(To do) Below are some records. Return exactly the lines from the one with "#121=ORIENTED_EDGE('',*,*,#56,.T.);" to the one with "#129=EDGE_CURVE('',#125,#125,#128,.T.);", and nothing else.

--

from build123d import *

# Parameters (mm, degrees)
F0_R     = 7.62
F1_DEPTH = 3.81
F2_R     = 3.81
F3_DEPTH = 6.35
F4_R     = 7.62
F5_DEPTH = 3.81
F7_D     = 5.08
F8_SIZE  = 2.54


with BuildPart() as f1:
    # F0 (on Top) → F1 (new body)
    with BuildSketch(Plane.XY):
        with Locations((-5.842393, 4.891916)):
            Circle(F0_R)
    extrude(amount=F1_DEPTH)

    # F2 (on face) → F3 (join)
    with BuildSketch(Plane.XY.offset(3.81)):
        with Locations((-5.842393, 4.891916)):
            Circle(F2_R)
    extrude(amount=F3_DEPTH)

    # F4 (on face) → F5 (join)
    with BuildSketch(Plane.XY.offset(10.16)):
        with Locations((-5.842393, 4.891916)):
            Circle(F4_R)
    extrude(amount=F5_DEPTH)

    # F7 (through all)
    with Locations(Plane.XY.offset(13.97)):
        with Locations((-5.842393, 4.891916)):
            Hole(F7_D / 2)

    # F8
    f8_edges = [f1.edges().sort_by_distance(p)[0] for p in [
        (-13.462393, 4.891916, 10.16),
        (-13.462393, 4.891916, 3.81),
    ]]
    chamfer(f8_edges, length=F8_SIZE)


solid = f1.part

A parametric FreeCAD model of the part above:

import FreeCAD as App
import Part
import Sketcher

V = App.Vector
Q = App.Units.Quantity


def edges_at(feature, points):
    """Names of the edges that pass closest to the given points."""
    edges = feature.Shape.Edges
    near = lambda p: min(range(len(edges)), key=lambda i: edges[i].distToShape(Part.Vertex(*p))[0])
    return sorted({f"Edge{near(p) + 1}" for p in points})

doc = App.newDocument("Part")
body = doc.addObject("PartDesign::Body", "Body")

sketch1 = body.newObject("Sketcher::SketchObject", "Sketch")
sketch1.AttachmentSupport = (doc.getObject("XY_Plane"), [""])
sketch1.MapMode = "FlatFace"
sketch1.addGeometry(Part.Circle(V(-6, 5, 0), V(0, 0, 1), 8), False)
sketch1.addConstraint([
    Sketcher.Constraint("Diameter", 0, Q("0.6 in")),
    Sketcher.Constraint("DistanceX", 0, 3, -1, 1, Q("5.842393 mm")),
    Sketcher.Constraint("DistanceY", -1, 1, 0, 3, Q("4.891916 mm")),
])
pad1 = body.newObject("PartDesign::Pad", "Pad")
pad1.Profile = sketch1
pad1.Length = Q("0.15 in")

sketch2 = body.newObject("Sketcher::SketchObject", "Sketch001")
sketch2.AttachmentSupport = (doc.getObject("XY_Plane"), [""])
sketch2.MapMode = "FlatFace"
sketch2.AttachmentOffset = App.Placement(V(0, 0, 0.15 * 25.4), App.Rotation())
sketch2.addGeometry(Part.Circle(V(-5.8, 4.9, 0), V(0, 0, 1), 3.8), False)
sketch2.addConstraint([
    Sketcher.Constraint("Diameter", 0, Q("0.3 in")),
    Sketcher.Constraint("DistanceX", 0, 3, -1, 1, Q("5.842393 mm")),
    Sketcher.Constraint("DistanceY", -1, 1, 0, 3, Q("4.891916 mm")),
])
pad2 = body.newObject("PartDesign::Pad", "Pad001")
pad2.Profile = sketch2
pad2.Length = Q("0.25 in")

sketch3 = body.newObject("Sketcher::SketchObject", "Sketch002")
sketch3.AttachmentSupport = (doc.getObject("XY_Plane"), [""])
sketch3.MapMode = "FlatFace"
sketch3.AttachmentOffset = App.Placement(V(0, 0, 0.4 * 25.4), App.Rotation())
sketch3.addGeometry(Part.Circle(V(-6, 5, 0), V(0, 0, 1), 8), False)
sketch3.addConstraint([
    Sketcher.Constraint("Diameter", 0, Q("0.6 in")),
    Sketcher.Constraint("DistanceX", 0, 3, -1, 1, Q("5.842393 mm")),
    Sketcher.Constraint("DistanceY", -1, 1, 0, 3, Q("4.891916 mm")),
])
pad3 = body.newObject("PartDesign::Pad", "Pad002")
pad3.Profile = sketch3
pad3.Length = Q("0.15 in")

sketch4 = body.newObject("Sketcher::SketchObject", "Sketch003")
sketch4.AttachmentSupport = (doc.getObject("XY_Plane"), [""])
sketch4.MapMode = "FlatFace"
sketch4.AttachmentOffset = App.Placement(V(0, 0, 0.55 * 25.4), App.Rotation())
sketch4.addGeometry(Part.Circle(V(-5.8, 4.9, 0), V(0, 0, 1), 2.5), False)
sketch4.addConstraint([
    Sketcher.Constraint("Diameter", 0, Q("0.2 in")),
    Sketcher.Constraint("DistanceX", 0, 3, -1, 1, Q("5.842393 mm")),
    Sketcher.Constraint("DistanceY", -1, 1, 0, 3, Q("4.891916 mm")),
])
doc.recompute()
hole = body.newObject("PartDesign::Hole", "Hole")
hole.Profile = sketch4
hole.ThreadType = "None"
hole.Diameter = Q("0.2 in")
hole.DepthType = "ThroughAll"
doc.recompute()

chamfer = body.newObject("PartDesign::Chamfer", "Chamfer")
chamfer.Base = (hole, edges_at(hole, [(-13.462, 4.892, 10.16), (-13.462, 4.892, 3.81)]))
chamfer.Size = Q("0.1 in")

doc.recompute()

--

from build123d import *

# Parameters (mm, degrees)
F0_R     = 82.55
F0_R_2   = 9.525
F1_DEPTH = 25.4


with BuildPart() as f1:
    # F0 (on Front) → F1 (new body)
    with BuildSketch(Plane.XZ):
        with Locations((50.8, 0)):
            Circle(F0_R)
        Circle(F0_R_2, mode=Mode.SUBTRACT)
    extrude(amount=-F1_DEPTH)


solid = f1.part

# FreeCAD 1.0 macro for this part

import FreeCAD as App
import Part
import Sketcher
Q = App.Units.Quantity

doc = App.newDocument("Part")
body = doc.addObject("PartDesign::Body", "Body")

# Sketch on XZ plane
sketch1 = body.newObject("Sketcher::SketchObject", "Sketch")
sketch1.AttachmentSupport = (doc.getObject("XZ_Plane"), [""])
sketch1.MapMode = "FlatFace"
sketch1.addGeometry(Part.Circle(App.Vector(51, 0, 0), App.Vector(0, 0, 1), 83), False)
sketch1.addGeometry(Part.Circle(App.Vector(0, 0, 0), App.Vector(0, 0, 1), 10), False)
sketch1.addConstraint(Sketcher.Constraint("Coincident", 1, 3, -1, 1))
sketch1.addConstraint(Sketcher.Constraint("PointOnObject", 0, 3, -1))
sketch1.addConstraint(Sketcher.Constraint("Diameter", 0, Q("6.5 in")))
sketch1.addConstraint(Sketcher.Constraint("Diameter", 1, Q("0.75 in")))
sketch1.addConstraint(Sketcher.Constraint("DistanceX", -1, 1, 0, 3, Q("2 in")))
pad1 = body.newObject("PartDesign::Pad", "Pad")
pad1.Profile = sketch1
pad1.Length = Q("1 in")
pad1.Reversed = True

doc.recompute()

--

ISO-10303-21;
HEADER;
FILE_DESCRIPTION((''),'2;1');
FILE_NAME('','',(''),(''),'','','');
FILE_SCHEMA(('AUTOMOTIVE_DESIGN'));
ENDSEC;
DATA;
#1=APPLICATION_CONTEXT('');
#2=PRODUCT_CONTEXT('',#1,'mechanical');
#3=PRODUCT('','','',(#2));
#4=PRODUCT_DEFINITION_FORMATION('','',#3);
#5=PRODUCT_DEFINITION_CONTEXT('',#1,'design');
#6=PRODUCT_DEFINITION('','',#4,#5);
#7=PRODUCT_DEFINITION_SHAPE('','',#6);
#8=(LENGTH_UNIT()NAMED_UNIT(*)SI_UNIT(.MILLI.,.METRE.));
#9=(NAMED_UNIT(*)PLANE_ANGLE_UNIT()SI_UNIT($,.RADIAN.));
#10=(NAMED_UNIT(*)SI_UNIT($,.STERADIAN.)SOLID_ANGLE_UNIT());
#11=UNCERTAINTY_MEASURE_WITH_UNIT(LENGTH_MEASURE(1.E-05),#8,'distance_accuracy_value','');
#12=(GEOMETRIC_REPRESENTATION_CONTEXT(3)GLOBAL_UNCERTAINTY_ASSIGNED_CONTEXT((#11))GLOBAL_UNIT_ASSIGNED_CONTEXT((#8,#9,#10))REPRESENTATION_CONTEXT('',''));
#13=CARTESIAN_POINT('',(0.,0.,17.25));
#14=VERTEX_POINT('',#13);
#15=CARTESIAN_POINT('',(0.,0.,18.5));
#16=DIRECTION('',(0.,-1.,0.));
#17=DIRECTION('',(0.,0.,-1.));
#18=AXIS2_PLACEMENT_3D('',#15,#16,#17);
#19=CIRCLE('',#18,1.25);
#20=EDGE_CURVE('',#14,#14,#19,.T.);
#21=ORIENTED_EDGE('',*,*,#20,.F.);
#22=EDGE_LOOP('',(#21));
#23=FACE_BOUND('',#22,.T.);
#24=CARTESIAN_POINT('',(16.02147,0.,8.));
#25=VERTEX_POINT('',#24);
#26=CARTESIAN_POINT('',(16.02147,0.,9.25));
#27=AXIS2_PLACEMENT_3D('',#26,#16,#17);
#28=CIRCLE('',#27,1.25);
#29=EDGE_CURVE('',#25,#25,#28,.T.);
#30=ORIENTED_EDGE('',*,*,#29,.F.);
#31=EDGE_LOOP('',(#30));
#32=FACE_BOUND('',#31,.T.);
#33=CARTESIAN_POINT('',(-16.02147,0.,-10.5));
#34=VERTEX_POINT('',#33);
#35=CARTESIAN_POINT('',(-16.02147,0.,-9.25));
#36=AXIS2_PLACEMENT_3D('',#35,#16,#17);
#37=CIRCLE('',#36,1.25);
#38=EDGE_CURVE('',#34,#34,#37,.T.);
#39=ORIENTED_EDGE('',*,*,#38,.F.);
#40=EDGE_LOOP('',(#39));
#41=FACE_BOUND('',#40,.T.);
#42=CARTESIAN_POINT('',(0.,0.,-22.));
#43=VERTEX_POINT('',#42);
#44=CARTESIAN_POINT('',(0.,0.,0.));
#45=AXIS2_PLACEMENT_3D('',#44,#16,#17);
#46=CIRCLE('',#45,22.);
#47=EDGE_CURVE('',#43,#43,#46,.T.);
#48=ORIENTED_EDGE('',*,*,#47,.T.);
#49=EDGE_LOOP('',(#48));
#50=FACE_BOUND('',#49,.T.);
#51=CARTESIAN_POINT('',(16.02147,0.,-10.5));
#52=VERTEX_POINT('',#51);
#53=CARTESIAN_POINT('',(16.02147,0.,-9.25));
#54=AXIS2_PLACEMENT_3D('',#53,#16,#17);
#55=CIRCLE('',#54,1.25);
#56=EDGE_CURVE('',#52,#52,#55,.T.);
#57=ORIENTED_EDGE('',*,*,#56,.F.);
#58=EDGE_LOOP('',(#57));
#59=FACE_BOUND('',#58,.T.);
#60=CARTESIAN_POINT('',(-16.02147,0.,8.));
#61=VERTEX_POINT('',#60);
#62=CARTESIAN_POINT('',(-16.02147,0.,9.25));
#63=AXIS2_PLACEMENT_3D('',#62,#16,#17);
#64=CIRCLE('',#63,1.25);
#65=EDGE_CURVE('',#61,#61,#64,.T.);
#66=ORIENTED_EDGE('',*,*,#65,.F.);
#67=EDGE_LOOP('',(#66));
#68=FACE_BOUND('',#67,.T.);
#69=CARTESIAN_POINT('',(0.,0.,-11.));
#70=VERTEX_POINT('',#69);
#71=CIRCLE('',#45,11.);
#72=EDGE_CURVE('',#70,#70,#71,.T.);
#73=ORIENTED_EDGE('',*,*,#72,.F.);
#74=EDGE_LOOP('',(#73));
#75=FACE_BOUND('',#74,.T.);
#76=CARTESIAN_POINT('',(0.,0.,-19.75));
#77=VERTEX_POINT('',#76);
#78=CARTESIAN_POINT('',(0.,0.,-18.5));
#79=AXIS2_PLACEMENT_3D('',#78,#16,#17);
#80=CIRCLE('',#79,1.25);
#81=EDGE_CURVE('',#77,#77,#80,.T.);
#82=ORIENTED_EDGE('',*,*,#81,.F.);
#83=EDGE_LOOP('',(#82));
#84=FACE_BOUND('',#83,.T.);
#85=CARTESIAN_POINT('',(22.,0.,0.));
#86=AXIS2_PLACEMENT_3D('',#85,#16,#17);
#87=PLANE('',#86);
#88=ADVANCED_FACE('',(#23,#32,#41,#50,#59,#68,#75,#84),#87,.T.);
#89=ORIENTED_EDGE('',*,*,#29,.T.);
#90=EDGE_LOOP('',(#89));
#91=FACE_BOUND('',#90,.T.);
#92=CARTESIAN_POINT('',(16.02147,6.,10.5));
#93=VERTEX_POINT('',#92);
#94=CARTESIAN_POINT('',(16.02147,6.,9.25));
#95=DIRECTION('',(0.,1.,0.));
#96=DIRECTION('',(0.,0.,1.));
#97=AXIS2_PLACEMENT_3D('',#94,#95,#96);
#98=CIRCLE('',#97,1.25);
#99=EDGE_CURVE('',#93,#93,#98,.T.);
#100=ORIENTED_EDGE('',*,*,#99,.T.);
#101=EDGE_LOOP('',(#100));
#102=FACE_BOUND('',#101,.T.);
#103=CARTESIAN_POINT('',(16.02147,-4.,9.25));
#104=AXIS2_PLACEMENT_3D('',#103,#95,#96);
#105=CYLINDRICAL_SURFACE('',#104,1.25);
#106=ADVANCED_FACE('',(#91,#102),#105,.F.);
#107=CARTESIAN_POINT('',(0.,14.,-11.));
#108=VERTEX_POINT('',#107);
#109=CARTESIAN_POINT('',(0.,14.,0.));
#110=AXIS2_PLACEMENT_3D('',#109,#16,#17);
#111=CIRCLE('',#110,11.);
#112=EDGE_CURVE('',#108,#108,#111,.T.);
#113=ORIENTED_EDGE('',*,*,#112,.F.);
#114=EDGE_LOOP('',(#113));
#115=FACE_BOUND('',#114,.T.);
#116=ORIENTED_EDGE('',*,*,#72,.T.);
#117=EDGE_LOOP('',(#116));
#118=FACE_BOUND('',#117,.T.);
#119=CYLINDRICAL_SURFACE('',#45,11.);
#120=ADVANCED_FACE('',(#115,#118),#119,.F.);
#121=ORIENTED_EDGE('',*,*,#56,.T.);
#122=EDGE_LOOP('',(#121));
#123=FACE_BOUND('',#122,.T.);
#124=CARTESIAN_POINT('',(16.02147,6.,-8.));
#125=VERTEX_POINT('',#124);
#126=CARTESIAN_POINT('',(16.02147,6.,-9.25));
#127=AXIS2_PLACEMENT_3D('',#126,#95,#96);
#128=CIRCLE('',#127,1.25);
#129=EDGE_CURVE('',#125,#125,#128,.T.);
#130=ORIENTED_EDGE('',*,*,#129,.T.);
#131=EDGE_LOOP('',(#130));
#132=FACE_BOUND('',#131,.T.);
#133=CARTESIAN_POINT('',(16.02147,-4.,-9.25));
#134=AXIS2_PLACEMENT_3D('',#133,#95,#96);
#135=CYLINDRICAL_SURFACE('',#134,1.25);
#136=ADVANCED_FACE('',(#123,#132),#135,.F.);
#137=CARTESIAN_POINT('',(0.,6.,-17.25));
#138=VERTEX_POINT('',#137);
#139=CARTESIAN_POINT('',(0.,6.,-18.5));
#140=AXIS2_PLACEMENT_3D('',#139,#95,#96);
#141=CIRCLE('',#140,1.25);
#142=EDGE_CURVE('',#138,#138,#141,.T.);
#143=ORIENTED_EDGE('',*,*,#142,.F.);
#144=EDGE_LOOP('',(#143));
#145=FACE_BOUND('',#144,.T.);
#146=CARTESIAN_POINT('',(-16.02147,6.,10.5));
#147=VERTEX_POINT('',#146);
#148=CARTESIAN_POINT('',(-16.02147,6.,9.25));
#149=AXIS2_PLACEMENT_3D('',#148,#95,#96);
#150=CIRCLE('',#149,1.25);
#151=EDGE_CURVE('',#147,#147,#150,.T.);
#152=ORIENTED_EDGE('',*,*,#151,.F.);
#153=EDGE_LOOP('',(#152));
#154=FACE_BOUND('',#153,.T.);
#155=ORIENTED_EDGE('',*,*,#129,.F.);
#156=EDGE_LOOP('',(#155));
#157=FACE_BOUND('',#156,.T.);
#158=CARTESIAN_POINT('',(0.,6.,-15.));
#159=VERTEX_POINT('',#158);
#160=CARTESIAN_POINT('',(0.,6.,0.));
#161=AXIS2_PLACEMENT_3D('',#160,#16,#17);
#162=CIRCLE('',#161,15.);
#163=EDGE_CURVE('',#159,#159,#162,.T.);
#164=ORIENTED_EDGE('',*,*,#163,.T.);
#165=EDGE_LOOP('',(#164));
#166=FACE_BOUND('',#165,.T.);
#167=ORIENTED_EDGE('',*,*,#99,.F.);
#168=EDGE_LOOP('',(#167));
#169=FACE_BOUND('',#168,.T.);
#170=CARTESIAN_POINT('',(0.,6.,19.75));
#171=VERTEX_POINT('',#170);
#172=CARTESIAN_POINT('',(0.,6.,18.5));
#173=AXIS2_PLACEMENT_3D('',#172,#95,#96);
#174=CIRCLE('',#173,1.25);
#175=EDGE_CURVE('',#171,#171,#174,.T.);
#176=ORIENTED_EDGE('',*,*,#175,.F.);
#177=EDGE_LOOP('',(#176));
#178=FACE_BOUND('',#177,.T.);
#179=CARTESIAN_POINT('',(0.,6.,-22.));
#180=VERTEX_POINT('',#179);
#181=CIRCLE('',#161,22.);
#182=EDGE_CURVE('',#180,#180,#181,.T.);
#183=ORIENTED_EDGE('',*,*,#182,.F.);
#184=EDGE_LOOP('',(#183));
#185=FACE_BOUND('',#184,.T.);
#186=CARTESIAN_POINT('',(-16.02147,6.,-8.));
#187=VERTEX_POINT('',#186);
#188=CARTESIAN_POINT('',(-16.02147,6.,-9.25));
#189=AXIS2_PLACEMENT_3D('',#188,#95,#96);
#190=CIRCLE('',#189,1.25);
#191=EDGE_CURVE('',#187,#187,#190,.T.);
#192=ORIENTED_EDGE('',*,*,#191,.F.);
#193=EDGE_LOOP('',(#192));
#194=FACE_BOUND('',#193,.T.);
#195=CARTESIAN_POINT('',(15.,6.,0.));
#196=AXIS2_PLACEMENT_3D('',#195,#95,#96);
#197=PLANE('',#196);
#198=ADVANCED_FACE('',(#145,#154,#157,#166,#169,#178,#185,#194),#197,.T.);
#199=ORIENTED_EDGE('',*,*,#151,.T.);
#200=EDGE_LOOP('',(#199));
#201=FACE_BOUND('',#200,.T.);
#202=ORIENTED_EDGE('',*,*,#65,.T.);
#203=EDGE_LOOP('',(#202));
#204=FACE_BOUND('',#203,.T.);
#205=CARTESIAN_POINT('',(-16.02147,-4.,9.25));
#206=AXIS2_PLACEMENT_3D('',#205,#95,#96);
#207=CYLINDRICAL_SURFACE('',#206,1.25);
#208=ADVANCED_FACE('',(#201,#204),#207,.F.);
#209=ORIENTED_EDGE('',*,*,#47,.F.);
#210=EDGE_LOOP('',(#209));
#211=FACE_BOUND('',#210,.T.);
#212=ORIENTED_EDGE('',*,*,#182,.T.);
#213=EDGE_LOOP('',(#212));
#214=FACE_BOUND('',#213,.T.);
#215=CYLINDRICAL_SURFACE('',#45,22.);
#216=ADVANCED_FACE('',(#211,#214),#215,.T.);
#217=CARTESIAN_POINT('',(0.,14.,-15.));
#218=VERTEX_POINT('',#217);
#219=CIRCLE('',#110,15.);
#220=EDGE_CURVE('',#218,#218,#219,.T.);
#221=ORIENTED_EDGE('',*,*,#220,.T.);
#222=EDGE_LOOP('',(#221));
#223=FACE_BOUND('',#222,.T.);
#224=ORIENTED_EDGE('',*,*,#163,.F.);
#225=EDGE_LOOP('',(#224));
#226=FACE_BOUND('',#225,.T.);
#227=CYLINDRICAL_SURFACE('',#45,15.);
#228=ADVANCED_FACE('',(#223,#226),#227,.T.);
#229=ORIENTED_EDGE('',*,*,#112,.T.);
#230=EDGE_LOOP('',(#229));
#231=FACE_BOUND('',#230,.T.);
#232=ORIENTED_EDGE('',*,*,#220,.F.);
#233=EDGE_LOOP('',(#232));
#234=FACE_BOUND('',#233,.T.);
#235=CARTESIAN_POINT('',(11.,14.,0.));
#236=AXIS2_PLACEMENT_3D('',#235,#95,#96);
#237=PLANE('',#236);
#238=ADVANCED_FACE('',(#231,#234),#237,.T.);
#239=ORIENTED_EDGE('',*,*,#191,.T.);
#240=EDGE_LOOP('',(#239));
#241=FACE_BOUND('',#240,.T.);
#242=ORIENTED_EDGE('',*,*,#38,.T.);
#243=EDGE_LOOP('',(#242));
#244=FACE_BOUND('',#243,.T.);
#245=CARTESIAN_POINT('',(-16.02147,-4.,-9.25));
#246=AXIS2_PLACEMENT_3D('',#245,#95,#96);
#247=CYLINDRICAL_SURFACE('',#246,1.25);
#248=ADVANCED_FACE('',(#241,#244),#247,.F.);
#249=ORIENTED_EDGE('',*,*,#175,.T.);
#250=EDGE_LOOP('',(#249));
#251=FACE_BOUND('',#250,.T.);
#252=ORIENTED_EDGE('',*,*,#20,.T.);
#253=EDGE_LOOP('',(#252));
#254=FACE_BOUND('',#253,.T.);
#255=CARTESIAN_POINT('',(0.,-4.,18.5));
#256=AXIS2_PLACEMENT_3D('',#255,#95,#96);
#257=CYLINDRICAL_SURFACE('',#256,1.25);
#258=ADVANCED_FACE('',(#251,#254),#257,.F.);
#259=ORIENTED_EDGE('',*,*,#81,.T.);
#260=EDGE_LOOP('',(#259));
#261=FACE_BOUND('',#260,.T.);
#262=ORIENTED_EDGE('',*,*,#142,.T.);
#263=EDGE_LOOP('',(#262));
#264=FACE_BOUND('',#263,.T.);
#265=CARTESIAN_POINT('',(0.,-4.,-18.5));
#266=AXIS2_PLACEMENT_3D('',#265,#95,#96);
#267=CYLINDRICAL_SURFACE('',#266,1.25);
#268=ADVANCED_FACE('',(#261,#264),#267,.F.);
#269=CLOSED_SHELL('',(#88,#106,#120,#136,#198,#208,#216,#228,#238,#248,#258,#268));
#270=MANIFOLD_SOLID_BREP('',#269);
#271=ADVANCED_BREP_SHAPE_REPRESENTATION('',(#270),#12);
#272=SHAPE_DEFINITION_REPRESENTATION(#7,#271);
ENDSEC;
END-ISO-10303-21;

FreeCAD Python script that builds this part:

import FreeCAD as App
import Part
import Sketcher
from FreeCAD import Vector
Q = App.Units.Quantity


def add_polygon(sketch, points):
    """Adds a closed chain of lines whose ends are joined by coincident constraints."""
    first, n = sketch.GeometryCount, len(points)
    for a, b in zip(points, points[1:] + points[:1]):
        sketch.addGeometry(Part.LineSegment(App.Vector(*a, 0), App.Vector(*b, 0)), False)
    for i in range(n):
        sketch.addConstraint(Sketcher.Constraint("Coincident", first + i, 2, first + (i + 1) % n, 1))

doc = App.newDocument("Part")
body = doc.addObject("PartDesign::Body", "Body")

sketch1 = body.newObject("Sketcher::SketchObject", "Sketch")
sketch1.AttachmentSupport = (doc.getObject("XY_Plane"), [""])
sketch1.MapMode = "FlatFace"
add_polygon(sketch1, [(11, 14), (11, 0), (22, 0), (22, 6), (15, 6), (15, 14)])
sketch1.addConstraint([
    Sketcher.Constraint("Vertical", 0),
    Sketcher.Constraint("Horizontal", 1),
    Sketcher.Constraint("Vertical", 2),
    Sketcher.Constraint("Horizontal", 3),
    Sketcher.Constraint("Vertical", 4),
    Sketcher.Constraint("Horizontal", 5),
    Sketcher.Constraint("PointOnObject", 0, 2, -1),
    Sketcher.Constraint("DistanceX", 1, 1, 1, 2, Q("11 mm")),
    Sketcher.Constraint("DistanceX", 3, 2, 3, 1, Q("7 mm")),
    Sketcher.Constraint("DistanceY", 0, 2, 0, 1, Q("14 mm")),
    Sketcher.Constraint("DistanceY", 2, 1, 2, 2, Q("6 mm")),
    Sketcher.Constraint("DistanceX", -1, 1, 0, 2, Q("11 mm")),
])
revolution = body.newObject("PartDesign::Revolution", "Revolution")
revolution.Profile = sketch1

--

(Answer to this task)
#121=ORIENTED_EDGE('',*,*,#56,.T.);
#122=EDGE_LOOP('',(#121));
#123=FACE_BOUND('',#122,.T.);
#124=CARTESIAN_POINT('',(16.02147,6.,-8.));
#125=VERTEX_POINT('',#124);
#126=CARTESIAN_POINT('',(16.02147,6.,-9.25));
#127=AXIS2_PLACEMENT_3D('',#126,#95,#96);
#128=CIRCLE('',#127,1.25);
#129=EDGE_CURVE('',#125,#125,#128,.T.);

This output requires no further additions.